This is obviously "tongue in cheek". But I would just make two comments.

First, the issue about the wealthy is that they are often able to order their affairs in such a way as to ensure that the effective rate of tax they pay is low. I think it is Warren Buffett who said he was amazed to see that he paid a rate of tax less than his secretary. The fact that NZ's wealthy families pay so much tax (at least according to a well-known contrarian columnist) is that they are, well, very wealthy and this tells you less about the duress they are under than the state of inequality - and maybe also our over-reliance on income tax as a source of revenue. And they help fund elections (at least for one side of politics!).

Second, I know this is all in humour, but I think the use of the term "sin" tax is pejorative.

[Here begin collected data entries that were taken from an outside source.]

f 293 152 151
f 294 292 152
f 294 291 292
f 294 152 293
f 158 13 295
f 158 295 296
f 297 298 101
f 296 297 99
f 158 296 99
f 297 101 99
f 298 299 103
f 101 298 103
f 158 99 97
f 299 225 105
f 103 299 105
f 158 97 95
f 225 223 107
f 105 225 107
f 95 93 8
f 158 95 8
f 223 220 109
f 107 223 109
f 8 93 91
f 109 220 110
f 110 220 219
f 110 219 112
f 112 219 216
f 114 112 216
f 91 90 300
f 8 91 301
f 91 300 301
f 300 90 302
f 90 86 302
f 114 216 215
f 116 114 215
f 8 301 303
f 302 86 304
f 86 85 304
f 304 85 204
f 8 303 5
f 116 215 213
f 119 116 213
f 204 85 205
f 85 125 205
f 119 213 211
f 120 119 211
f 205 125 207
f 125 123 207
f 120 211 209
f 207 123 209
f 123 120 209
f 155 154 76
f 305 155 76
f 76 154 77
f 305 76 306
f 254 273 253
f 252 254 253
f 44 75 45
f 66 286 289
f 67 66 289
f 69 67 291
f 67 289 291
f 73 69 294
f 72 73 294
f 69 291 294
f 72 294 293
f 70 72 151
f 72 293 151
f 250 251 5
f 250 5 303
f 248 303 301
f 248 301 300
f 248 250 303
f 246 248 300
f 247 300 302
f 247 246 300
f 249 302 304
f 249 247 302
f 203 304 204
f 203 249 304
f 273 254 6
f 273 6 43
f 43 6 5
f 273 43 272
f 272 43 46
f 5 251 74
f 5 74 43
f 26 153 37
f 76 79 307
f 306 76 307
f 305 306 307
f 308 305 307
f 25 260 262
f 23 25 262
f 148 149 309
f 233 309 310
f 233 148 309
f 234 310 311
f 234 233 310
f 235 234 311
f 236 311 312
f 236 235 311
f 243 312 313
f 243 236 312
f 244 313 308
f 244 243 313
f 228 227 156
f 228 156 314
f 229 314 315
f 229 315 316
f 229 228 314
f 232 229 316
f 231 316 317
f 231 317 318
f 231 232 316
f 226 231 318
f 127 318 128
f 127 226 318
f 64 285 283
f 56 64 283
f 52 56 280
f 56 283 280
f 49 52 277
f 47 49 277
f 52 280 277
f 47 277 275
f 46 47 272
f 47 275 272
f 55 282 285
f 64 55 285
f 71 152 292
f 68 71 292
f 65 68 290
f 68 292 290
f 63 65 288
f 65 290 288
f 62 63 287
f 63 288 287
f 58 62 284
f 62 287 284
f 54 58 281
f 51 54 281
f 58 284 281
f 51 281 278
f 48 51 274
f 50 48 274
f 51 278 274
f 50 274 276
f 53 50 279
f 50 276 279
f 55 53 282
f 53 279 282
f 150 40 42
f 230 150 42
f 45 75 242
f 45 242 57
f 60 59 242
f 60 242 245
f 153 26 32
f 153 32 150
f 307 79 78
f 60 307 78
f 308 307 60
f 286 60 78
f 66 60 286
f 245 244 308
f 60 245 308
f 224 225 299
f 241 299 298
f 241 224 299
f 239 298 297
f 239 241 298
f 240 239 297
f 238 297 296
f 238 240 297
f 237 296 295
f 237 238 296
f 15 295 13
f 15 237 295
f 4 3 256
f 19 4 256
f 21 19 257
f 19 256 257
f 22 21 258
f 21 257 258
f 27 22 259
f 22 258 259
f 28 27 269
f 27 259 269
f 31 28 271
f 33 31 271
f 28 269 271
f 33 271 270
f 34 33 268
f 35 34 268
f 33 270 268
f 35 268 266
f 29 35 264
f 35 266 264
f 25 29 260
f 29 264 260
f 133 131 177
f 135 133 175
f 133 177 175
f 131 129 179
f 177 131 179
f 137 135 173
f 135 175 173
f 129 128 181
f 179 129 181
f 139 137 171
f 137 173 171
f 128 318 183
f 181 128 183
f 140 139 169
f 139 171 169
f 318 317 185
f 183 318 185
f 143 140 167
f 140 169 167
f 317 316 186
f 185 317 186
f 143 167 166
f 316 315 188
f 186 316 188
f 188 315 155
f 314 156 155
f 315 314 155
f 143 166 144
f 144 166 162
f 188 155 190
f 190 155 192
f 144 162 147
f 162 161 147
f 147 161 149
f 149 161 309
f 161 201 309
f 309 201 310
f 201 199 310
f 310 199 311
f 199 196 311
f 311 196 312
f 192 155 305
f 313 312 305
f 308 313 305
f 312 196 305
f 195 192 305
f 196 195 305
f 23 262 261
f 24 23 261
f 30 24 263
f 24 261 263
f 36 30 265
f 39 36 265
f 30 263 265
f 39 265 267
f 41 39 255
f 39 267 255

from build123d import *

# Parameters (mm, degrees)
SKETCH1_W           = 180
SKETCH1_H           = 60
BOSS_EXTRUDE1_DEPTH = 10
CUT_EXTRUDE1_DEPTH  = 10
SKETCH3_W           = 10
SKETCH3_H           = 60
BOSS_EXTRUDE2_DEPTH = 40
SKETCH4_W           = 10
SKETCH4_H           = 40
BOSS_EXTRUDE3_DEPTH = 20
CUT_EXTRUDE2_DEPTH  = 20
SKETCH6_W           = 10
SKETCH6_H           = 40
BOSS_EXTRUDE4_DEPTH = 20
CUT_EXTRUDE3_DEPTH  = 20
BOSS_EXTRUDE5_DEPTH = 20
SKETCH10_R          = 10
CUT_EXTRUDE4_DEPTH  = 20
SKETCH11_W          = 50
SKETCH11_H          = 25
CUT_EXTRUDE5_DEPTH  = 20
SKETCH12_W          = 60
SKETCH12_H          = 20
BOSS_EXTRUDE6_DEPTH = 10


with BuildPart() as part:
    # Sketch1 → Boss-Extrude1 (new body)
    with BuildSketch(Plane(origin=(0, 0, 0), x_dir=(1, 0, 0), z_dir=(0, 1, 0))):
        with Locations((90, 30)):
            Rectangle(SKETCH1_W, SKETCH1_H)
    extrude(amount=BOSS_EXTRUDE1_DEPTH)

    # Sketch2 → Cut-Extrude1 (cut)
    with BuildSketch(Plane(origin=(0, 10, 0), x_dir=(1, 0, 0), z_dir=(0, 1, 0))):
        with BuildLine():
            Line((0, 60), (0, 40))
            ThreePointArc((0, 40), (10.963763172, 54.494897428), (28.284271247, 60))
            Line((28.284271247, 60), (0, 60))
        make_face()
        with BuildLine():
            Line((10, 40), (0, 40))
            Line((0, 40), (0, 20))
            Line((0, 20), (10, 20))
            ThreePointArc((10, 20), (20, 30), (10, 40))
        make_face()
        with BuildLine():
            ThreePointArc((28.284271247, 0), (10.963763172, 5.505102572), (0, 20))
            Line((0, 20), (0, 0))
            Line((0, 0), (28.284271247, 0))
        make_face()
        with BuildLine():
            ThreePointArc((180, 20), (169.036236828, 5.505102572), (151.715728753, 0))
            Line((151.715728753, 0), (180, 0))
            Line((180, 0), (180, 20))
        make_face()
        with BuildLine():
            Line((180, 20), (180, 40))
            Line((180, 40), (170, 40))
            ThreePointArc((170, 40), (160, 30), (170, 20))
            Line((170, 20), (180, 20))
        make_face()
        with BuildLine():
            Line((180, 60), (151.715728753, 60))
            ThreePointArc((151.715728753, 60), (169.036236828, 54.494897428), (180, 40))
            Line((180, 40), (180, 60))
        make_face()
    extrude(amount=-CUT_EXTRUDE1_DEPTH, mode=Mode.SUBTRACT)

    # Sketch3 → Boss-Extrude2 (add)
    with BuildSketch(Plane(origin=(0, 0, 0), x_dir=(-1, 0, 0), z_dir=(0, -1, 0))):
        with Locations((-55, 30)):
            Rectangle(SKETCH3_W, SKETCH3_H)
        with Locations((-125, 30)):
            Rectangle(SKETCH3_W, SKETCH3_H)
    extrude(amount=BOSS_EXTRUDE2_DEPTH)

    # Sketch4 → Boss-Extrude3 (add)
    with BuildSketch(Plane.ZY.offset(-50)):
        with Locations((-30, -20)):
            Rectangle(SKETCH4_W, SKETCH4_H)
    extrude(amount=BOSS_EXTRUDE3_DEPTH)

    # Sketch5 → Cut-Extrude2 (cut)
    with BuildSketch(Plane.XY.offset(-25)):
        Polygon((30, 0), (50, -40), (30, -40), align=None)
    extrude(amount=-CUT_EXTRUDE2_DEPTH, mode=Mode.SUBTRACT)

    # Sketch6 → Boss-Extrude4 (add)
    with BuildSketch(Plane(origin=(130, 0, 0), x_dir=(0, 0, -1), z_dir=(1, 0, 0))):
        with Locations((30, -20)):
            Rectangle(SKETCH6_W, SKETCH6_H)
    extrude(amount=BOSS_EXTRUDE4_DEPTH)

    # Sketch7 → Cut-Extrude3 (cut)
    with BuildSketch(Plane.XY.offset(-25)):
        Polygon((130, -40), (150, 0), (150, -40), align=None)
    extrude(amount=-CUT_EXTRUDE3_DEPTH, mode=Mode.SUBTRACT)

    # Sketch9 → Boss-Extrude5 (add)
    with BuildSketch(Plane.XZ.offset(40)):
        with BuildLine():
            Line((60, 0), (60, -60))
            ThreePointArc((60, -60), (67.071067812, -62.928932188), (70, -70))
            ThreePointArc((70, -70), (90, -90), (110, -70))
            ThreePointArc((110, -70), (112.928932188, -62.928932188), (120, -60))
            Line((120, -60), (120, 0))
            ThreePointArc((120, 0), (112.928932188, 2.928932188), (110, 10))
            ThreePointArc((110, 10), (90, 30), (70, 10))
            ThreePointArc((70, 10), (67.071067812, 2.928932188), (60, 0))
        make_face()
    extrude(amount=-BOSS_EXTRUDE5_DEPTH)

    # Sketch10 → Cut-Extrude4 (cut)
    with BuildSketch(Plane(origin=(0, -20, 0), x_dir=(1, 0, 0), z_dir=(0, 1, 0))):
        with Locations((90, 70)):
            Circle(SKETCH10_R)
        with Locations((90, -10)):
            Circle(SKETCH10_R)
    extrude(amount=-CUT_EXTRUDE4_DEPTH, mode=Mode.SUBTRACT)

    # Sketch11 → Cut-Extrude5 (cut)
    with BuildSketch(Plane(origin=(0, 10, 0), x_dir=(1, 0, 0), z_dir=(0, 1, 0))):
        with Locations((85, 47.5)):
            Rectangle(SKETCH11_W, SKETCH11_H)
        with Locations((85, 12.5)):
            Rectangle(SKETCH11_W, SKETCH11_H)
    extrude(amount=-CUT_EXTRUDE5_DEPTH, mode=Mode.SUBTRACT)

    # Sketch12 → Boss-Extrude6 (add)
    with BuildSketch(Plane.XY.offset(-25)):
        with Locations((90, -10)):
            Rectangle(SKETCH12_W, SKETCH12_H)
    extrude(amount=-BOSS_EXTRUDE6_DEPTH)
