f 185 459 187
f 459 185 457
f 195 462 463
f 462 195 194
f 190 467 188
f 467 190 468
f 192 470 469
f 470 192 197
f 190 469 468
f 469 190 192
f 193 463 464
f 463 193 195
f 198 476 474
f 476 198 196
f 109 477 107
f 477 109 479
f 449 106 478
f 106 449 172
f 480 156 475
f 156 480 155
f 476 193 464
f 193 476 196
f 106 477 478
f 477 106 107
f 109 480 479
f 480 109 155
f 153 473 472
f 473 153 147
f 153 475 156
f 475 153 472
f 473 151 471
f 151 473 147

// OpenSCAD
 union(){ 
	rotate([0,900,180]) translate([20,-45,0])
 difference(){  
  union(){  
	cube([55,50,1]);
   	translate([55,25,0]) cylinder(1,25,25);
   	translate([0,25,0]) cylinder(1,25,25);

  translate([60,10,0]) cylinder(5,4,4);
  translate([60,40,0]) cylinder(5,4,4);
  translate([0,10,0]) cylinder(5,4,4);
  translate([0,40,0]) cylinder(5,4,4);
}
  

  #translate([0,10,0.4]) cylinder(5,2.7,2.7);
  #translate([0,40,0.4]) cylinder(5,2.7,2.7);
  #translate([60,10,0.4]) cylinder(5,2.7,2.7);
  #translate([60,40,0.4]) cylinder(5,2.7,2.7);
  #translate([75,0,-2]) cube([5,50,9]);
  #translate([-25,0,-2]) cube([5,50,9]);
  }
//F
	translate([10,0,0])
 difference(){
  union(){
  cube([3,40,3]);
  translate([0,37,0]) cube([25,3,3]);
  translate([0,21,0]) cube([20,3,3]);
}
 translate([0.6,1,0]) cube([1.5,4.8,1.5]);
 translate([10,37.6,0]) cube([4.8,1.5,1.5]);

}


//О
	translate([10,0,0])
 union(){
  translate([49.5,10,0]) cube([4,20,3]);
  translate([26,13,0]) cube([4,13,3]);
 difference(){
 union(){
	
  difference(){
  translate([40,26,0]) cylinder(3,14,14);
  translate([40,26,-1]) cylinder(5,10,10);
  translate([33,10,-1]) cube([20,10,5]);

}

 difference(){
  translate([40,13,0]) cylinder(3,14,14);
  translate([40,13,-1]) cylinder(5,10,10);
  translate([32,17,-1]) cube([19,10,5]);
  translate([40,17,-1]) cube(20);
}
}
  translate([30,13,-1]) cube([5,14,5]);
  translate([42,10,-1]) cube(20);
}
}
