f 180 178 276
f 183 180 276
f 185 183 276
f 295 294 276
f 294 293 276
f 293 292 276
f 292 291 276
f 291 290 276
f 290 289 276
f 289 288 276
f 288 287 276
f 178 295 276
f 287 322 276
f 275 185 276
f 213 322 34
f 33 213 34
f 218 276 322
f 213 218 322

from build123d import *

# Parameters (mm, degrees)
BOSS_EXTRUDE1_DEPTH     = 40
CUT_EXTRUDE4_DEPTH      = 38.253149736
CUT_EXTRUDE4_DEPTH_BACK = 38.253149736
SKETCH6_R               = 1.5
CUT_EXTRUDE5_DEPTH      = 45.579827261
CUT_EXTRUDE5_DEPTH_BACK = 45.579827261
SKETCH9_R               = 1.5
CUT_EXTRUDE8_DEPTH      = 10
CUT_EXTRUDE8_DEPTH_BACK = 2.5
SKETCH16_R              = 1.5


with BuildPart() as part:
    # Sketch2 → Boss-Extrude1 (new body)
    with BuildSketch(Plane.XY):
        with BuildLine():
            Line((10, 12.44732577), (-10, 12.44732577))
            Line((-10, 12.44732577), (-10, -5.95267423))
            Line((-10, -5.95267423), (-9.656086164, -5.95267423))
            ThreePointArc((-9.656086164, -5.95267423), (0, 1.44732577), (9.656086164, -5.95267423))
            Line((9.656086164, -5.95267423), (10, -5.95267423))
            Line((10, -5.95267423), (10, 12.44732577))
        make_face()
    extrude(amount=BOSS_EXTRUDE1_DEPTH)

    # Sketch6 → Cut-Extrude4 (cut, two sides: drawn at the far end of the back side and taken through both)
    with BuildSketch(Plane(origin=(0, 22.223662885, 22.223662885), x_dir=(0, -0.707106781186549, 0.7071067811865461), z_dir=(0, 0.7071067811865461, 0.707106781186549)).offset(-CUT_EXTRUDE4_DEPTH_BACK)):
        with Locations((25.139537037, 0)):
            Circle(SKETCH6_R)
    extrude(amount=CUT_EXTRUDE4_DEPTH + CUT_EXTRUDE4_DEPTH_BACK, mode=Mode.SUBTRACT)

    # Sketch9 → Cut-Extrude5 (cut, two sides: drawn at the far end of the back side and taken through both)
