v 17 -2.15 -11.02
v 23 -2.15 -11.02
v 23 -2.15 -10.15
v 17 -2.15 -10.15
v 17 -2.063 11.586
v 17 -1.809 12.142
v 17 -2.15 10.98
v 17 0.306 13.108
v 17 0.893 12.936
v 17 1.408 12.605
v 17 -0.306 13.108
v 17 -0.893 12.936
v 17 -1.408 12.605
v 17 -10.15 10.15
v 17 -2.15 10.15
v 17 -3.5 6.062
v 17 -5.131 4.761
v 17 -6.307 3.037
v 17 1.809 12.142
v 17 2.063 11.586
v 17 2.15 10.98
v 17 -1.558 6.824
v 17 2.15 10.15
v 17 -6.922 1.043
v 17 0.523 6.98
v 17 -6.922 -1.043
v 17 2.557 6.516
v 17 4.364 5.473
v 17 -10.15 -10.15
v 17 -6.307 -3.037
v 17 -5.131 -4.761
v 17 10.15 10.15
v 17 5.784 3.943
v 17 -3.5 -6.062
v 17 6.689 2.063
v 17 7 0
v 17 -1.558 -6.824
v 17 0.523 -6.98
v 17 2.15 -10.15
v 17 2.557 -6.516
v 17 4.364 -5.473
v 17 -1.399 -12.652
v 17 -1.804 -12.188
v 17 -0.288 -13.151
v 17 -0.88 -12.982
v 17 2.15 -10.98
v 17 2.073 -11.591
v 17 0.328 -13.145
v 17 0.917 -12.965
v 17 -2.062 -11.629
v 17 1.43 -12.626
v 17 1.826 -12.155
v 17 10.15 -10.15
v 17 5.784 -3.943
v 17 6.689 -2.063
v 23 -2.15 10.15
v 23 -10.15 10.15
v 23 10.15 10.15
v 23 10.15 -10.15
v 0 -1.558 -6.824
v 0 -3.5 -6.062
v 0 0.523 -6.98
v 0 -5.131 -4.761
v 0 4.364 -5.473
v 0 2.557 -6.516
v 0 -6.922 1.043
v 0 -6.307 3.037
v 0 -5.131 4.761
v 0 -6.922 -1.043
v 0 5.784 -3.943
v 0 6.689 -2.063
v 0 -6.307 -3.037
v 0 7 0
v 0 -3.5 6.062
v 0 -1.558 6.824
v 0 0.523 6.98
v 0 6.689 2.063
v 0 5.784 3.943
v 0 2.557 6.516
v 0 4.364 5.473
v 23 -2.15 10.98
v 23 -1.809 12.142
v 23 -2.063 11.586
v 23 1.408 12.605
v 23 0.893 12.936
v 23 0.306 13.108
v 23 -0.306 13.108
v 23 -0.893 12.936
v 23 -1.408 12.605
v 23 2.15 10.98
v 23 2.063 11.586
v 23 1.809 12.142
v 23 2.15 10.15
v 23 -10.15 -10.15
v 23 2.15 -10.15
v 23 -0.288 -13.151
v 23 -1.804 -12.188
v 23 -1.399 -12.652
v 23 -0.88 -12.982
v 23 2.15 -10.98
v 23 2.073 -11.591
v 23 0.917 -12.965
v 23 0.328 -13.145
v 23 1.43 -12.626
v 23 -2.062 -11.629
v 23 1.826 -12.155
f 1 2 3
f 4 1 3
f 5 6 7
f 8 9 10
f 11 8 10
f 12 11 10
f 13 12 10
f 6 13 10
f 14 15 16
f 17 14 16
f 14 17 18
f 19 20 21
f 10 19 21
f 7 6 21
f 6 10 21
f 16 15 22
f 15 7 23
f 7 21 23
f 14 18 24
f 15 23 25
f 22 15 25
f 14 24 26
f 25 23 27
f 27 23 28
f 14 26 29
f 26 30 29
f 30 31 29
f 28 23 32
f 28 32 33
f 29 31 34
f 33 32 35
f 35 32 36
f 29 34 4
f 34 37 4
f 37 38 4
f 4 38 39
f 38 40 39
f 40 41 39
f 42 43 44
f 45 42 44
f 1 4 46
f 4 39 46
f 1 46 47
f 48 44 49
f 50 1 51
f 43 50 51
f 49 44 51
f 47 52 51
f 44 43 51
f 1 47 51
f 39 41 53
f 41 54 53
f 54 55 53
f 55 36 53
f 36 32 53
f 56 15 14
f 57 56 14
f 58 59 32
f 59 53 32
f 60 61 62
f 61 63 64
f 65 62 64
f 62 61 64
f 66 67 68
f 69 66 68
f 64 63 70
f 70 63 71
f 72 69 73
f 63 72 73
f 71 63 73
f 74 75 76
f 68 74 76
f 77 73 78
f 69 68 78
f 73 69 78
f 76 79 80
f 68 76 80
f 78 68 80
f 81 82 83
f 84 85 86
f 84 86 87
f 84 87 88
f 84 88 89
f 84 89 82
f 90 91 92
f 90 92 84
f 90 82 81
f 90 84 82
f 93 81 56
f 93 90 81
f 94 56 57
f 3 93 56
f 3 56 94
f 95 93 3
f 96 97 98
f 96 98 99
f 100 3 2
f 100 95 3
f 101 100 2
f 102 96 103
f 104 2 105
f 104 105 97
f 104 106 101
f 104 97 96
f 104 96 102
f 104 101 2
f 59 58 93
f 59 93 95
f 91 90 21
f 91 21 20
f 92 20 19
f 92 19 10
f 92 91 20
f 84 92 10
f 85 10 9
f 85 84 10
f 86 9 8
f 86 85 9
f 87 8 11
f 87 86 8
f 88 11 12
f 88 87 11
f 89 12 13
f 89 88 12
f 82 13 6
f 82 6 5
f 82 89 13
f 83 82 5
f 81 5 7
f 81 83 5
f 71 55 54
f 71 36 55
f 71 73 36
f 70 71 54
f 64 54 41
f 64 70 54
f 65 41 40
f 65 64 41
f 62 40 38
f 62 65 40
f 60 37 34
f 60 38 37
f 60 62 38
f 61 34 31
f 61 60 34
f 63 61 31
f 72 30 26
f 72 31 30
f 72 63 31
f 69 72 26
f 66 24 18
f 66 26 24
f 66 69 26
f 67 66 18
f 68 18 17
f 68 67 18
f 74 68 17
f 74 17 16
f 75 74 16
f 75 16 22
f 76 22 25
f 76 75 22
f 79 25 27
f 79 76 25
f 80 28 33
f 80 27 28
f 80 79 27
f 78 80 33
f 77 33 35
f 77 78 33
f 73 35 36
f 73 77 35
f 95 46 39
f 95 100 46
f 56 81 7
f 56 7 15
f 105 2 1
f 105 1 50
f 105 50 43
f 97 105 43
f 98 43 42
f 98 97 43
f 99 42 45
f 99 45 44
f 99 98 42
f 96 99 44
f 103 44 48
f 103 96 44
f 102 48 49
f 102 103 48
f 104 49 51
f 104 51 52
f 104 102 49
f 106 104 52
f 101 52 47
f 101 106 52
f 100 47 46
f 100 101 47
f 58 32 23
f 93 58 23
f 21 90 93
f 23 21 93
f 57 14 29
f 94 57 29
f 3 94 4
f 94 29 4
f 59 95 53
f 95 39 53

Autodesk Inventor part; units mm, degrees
ref_plane "YZ Plane" through (0, 0, 0) normal (1, 0, 0) x (0, 1, 0)
ref_plane "XZ Plane" through (0, 0, 0) normal (0, 1, 0) x (-1, 0, 0)
ref_plane "XY Plane" through (0, 0, 0) normal (0, 0, 1) x (1, 0, 0)
sketch "Sketch1" plane through (0, 0, 0) normal (1, 0, 0) x (0, 1, 0)
  circle A0 centre (0, 0) radius 7
  dimension "d0" = 14
extrude "Extrusion1" add sketch "Sketch1" along normal blind 17
sketch "Sketch2" plane through (17, 0, 0) normal (1, 0, 0) x (0, 0, -1)
  line L0 (-10.15, -10.15) -> (10.15, -10.15)
  line L1 (10.15, -10.15) -> (10.15, 10.15)
  line L2 (10.15, 10.15) -> (-10.15, 10.15)
  line L3 (-10.15, 10.15) -> (-10.15, -10.15)
  line L4 (-10.15, -10.15) -> (10.15, 10.15) construction
  line L5 (10.15, -10.15) -> (-10.15, 10.15) construction
  point P0 (0, 0)
  dimension "d3" = 20.3
  dimension "d4" = 20.3
extrude "Extrusion2" add sketch "Sketch2" along normal blind 6
sketch "Sketch3" plane through (23, 0, 0) normal (1, 0, 0) x (0, 0, -1)
  arc A0 (-10.98, 2.1499) -> (-10.98, -2.1501) centre (-10.98, -0.0001) ccw
  arc A1 (11.02, -2.1497) -> (10.98, 2.1499) centre (11.02, 0.0003) ccw
  line L0 (10.15, -10.15) -> (10.15, 10.15) projected
  line L1 (-10.15, 10.15) -> (-10.15, -10.15) projected
  line L2 (-10.98, 2.1499) -> (-10.15, 2.1499)
  line L3 (-10.98, -2.1501) -> (-10.15, -2.1501)
  line L4 (10.98, 2.1499) -> (10.15, 2.1499)
  line L5 (11.02, -2.1497) -> (10.15, -2.1497)
  line L6 (-10.15, 2.1499) -> (-10.15, -2.1501)
  line L7 (10.15, 2.1499) -> (10.15, -2.1497)
  point P0 (0, 0)
  dimension "d7" = 4.3
  dimension "d8" = 4.3
  dimension "d13" = 22
extrude "Extrusion3" add sketch "Sketch3" against normal up to surface (6 mm away)
properties part number "camera_Fatshark_600TVL"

Surely, from an economist's point of view, wouldn't it be better to regard them as externalities that inflict costs on the tax payer, and this is a way of recouping those costs - be it lung cancer, alcohol-induced trauma and other outcomes, accidents (hence, ACC)? You could add environmental despoilation and pollution to the list of "sins"!

Also, as I see it, a capital gains tax is not necessarily about raising revenue (although it may do some of that) but also, or even more, about modifying behaviour (a "sin" tax?). One of the reasons we have such an outsize property debt burden and housing prices that are (relatively speaking) internationally leading is that our lack of a CGT (and other supportive policy settings) favour investment in property over the productive economy. So, with any luck, and the appropriate policy settings, we might start to get more investment in the productive economy than in the property market.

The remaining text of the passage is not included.